Traceback (most recent call last):
  File "C:\Users\Anonymous\workspace\final_submission\src\linearSVM.py", line 56, in <module>
    ridge_classifier.fit(train,train_labels)
  File "C:\Python27\lib\site-packages\sklearn\linear_model\ridge.py", line 817, in fit
    estimator.fit(X, y, sample_weight=sample_weight)
  File "C:\Python27\lib\site-packages\sklearn\linear_model\ridge.py", line 724, in fit
    v, Q, QT_y = _pre_compute(X, y)
  File "C:\Python27\lib\site-packages\sklearn\linear_model\ridge.py", line 609, in _pre_compute
    K = safe_sparse_dot(X, X.T, dense_output=True)
  File "C:\Python27\lib\site-packages\sklearn\utils\extmath.py", line 78, in safe_sparse_dot
    ret = a * b
  File "C:\Python27\lib\site-packages\scipy\sparse\base.py", line 303, in __mul__
    return self._mul_sparse_matrix(other)
  File "C:\Python27\lib\site-packages\scipy\sparse\compressed.py", line 520, in _mul_sparse_matrix
    indices = np.empty(nnz, dtype=np.intc)
ValueError: negative dimensions are not allowed

I suspect that my labels are the problem, so here are the labels:

In [12]:
undefined



import pandas as pd
import numpy as np
import os
dir = "C:\Users\Anonymous\Desktop\KAGA FOLDER\Hashtags"
labels = np.array(pd.read_csv(os.path.join(dir,"train.csv")))[:,4:]
labels


Out[12]:
array([[0.0, 0.0, 1.0, ..., 0.0, 0.0, 0.0],
       [0.0, 0.0, 0.0, ..., 0.0, 0.0, 0.0],
       [0.0, 0.0, 0.0, ..., 0.0, 0.0, 0.0],
       ..., 
       [0.0, 0.0, 0.0, ..., 1.0, 0.0, 0.0],
       [0.0, 0.385, 0.41, ..., 0.0, 0.0, 0.0],
       [0.0, 0.20199999999999999, 0.395, ..., 0.0, 0.0, 0.0]], dtype=object)
In [13]:
undefined



labels.shape
Out[13]:
(77946L, 24L)

Learner over 10 years

I'm sorry, but I'm a bit confused.

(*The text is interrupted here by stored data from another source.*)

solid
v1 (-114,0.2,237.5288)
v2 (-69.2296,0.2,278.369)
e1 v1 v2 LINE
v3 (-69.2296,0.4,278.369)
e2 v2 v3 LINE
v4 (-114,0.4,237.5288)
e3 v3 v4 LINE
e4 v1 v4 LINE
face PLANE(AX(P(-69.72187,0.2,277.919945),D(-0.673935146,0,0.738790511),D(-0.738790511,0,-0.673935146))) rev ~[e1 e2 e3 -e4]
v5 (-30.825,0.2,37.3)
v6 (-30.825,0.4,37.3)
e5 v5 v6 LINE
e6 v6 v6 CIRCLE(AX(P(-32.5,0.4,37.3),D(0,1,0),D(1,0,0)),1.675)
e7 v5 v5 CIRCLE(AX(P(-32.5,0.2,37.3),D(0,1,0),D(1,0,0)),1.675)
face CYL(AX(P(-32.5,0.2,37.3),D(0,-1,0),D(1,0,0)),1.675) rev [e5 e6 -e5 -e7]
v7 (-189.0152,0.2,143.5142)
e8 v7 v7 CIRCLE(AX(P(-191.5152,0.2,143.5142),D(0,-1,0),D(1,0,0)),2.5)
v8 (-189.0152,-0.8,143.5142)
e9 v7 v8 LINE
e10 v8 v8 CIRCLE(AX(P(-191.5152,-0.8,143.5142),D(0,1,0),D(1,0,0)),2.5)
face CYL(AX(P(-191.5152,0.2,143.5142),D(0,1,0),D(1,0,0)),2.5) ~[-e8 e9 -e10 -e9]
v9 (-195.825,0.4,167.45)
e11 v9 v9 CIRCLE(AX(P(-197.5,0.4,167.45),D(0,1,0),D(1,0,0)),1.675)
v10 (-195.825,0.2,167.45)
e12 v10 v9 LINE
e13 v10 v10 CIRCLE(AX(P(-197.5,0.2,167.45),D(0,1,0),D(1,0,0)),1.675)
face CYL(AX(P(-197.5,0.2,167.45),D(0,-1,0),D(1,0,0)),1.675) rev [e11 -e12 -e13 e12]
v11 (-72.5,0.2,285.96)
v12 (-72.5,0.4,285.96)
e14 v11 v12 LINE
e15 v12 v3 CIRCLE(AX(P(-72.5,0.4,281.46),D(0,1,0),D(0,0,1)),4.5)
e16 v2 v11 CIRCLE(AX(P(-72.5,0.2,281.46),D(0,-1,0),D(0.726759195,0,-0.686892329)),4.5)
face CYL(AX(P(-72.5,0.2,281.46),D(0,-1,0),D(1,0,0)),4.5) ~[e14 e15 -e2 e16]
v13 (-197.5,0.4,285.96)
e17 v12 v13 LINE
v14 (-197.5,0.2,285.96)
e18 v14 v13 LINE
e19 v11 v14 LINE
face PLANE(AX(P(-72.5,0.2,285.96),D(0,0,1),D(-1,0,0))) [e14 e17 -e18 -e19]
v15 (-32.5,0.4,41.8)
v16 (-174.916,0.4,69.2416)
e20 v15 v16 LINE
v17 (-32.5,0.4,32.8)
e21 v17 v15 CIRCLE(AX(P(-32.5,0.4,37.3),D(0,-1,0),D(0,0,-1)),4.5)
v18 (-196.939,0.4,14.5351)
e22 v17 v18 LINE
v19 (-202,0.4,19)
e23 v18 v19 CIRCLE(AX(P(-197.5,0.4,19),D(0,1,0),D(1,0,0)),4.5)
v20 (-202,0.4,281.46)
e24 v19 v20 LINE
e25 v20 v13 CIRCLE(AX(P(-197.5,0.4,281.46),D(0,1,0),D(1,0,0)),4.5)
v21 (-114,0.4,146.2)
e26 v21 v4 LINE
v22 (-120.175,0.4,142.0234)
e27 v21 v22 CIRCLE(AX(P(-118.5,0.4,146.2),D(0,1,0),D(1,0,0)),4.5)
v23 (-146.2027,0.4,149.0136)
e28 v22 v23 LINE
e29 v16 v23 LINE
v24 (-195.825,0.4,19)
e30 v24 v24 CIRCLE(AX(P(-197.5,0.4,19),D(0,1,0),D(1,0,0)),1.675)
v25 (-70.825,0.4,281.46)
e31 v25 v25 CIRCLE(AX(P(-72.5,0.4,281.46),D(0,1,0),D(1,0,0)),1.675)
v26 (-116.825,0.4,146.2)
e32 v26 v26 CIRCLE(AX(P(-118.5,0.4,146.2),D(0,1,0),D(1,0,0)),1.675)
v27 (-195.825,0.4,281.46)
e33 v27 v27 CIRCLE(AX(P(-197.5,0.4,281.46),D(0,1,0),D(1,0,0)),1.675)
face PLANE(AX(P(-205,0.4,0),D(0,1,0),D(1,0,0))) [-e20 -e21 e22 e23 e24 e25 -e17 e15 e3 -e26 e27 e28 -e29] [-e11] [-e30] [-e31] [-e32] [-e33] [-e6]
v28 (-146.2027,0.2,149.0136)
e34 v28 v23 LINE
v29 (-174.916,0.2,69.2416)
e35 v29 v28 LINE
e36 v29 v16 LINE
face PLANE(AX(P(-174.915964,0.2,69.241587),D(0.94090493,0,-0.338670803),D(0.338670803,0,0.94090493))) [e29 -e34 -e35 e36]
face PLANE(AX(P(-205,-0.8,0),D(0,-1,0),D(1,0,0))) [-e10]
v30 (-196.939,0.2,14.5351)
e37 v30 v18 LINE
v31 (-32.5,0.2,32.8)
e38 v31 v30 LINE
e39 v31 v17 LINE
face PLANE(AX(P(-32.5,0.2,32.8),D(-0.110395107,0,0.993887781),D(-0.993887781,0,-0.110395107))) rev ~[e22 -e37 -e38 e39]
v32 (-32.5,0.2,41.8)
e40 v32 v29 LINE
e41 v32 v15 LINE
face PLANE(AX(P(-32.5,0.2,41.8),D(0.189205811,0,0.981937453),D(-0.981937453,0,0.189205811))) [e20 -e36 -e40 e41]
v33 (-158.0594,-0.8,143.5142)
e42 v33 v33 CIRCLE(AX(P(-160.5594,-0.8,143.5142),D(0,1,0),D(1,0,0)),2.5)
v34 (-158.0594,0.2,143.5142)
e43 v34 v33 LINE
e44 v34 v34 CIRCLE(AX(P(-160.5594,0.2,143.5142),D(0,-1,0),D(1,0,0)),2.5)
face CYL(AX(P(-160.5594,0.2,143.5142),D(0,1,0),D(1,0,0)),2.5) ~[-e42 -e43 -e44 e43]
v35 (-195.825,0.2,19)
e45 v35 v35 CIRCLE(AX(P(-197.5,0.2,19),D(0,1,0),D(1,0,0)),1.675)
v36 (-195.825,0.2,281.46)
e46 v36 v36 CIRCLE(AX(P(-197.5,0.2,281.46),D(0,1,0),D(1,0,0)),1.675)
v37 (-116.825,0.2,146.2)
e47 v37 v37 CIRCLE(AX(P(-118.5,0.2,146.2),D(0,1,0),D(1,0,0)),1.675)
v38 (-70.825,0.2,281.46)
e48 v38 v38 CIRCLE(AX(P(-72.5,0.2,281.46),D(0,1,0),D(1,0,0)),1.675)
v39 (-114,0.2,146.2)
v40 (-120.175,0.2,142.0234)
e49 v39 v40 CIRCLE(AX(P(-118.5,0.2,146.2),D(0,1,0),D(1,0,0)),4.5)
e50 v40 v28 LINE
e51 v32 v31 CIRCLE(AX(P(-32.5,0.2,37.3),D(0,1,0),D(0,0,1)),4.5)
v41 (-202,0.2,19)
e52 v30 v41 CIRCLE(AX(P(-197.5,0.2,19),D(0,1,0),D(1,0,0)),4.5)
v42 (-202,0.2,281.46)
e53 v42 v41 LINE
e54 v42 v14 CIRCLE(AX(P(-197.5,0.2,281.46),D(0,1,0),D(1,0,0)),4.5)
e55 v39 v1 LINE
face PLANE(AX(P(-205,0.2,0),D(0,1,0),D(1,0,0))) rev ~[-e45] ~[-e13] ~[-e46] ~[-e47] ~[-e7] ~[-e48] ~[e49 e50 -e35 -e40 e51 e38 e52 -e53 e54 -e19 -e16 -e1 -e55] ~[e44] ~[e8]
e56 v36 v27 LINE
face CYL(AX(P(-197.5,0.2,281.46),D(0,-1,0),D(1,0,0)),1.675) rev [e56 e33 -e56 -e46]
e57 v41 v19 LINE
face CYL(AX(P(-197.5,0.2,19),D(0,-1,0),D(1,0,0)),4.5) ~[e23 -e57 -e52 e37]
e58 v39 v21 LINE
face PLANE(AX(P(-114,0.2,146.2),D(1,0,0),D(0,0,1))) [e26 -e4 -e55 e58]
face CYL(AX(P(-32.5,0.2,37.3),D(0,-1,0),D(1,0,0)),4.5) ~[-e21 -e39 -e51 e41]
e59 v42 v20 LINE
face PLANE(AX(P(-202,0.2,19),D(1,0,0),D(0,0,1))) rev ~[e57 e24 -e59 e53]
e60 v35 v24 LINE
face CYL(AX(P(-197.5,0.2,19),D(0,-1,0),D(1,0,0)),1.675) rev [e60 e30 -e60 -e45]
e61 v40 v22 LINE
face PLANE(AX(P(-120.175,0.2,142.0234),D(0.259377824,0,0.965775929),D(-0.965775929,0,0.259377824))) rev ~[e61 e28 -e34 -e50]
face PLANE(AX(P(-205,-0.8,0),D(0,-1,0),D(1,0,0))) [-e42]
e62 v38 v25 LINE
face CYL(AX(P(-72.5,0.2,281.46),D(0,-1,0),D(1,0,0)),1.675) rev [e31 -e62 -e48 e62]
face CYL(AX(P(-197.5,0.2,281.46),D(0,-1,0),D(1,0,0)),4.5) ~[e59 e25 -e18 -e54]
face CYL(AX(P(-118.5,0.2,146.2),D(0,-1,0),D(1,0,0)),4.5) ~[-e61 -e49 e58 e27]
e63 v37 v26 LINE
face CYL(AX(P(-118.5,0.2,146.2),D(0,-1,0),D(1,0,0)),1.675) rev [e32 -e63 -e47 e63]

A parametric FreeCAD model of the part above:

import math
import FreeCAD as App
import Part
import Sketcher

V = App.Vector

doc = App.newDocument("Part")
params = doc.addObject("Spreadsheet::Sheet", "Params")
for row, (alias, value) in enumerate([
    ("sketch1_radius", "4.5 mm"),
    ("sketch1_diameter", "3.35 mm"),
    ("sketch1_width", "125 mm"),
    ("sketch1_height", "262.46 mm"),
    ("sketch1_length", "26.95 mm"),
    ("pad1_length", "0.2 mm"),
    ("sketch2_diameter", "5 mm"),
    ("pad2_length", "1 mm"),
], start=1):
    params.set(f"A{row}", alias)
    params.set(f"B{row}", "=" + value)
    params.setAlias(f"B{row}", alias)

body = doc.addObject("PartDesign::Body", "Body")

# Sketch on XZ plane
sketch1 = body.newObject("Sketcher::SketchObject", "Sketch")
sketch1.AttachmentSupport = (doc.getObject("XZ_Plane"), [""])
sketch1.MapMode = "FlatFace"
sketch1.AttachmentOffset = App.Placement(V(0, 0, -0.2), App.Rotation())
sketch1.addGeometry(Part.ArcOfCircle(Part.Circle(V(-32.5, 37.3, 0), V(0, 0, 1), 4.5), math.radians(-90), math.radians(90)), False)
sketch1.addGeometry(Part.LineSegment(V(-32.5, 32.8, 0), V(-196.9, 14.5, 0)), False)
sketch1.addGeometry(Part.ArcOfCircle(Part.Circle(V(-197.5, 19, 0), V(0, 0, 1), 4.5), math.radians(180), math.radians(277)), False)
sketch1.addGeometry(Part.LineSegment(V(-202, 19, 0), V(-202, 281.5, 0)), False)
sketch1.addGeometry(Part.ArcOfCircle(Part.Circle(V(-197.5, 281.5, 0), V(0, 0, 1), 4.5), math.radians(90), math.radians(180)), False)
sketch1.addGeometry(Part.LineSegment(V(-197.5, 286, 0), V(-72.5, 286, 0)), False)
sketch1.addGeometry(Part.ArcOfCircle(Part.Circle(V(-72.5, 281.5, 0), V(0, 0, 1), 4.5), math.radians(-43), math.radians(90)), False)
sketch1.addGeometry(Part.LineSegment(V(-69.2, 278.4, 0), V(-114, 237.5, 0)), False)
sketch1.addGeometry(Part.LineSegment(V(-114, 237.5, 0), V(-114, 146.2, 0)), False)
sketch1.addGeometry(Part.ArcOfCircle(Part.Circle(V(-118.5, 146.2, 0), V(0, 0, 1), 4.5), math.radians(-112), math.radians(0)), False)
sketch1.addGeometry(Part.LineSegment(V(-120.2, 142, 0), V(-146.2, 149, 0)), False)
sketch1.addGeometry(Part.LineSegment(V(-146.2, 149, 0), V(-174.9, 69.2, 0)), False)
sketch1.addGeometry(Part.LineSegment(V(-174.9, 69.2, 0), V(-32.5, 41.8, 0)), False)
sketch1.addGeometry(Part.Circle(V(-32.5, 37.3, 0), V(0, 0, 1), 1.7), False)
sketch1.addGeometry(Part.Circle(V(-197.5, 19, 0), V(0, 0, 1), 1.7), False)
sketch1.addGeometry(Part.Circle(V(-197.5, 167.4, 0), V(0, 0, 1), 1.7), False)
sketch1.addGeometry(Part.Circle(V(-118.5, 146.2, 0), V(0, 0, 1), 1.7), False)
sketch1.addGeometry(Part.Circle(V(-197.5, 281.5, 0), V(0, 0, 1), 1.7), False)
sketch1.addGeometry(Part.Circle(V(-72.5, 281.5, 0), V(0, 0, 1), 1.7), False)
sketch1.addConstraint(Sketcher.Constraint("Coincident", 0, 1, 1, 1))
sketch1.addConstraint(Sketcher.Constraint("Coincident", 1, 2, 2, 2))
sketch1.addConstraint(Sketcher.Constraint("Tangent", 2, 1, 3, 1))
sketch1.addConstraint(Sketcher.Constraint("Tangent", 3, 2, 4, 2))
sketch1.addConstraint(Sketcher.Constraint("Tangent", 4, 1, 5, 1))
sketch1.addConstraint(Sketcher.Constraint("Tangent", 5, 2, 6, 2))
sketch1.addConstraint(Sketcher.Constraint("Coincident", 6, 1, 7, 1))
sketch1.addConstraint(Sketcher.Constraint("Coincident", 7, 2, 8, 1))
sketch1.addConstraint(Sketcher.Constraint("Tangent", 8, 2, 9, 2))
sketch1.addConstraint(Sketcher.Constraint("Coincident", 9, 1, 10, 1))
sketch1.addConstraint(Sketcher.Constraint("Coincident", 10, 2, 11, 1))
sketch1.addConstraint(Sketcher.Constraint("Coincident", 11, 2, 12, 1))
sketch1.addConstraint(Sketcher.Constraint("Coincident", 12, 2, 0, 2))
sketch1.addConstraint(Sketcher.Constraint("Vertical", 3))
sketch1.addConstraint(Sketcher.Constraint("Horizontal", 5))
sketch1.addConstraint(Sketcher.Constraint("Vertical", 8))
sketch1.addConstraint(Sketcher.Constraint("Coincident", 13, 3, 0, 3))
sketch1.addConstraint(Sketcher.Constraint("Coincident", 14, 3, 2, 3))
sketch1.addConstraint(Sketcher.Constraint("Coincident", 16, 3, 9, 3))
sketch1.addConstraint(Sketcher.Constraint("Coincident", 17, 3, 4, 3))
sketch1.addConstraint(Sketcher.Constraint("Coincident", 18, 3, 6, 3))
sketch1.addConstraint(Sketcher.Constraint("Equal", 0, 2))
sketch1.addConstraint(Sketcher.Constraint("Equal", 2, 4))
sketch1.addConstraint(Sketcher.Constraint("Equal", 4, 6))
sketch1.addConstraint(Sketcher.Constraint("Equal", 6, 9))
sketch1.addConstraint(Sketcher.Constraint("Equal", 13, 14))
sketch1.addConstraint(Sketcher.Constraint("Equal", 14, 15))
sketch1.addConstraint(Sketcher.Constraint("Equal", 15, 16))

Since I'm getting the labels out of the train.csv shouldn't the size match with train?
shan.B over 10 years

You are reading form train.csv, but you are doing some processes on the training data. You append training and test data into all_data and get a part of it as train. How you obtain train_length seems confusing to me. Please try to print the size of train this would verify or disprove my theory.
Learner over 10 years

The shape of train is: (77946, 10000).
shan.B over 10 years

Do you really have 10000 attributes on a classification, that's big.
Learner over 10 years

No, there I was only using one attribute, while the whole dataset has 3 attributes. So I'm definitely screwing up here. Thanks for pointing this out!
Learner over 10 years

Ok never mind, I just made a mistake while initializing a variable. Checked my data reading and that seems fine to.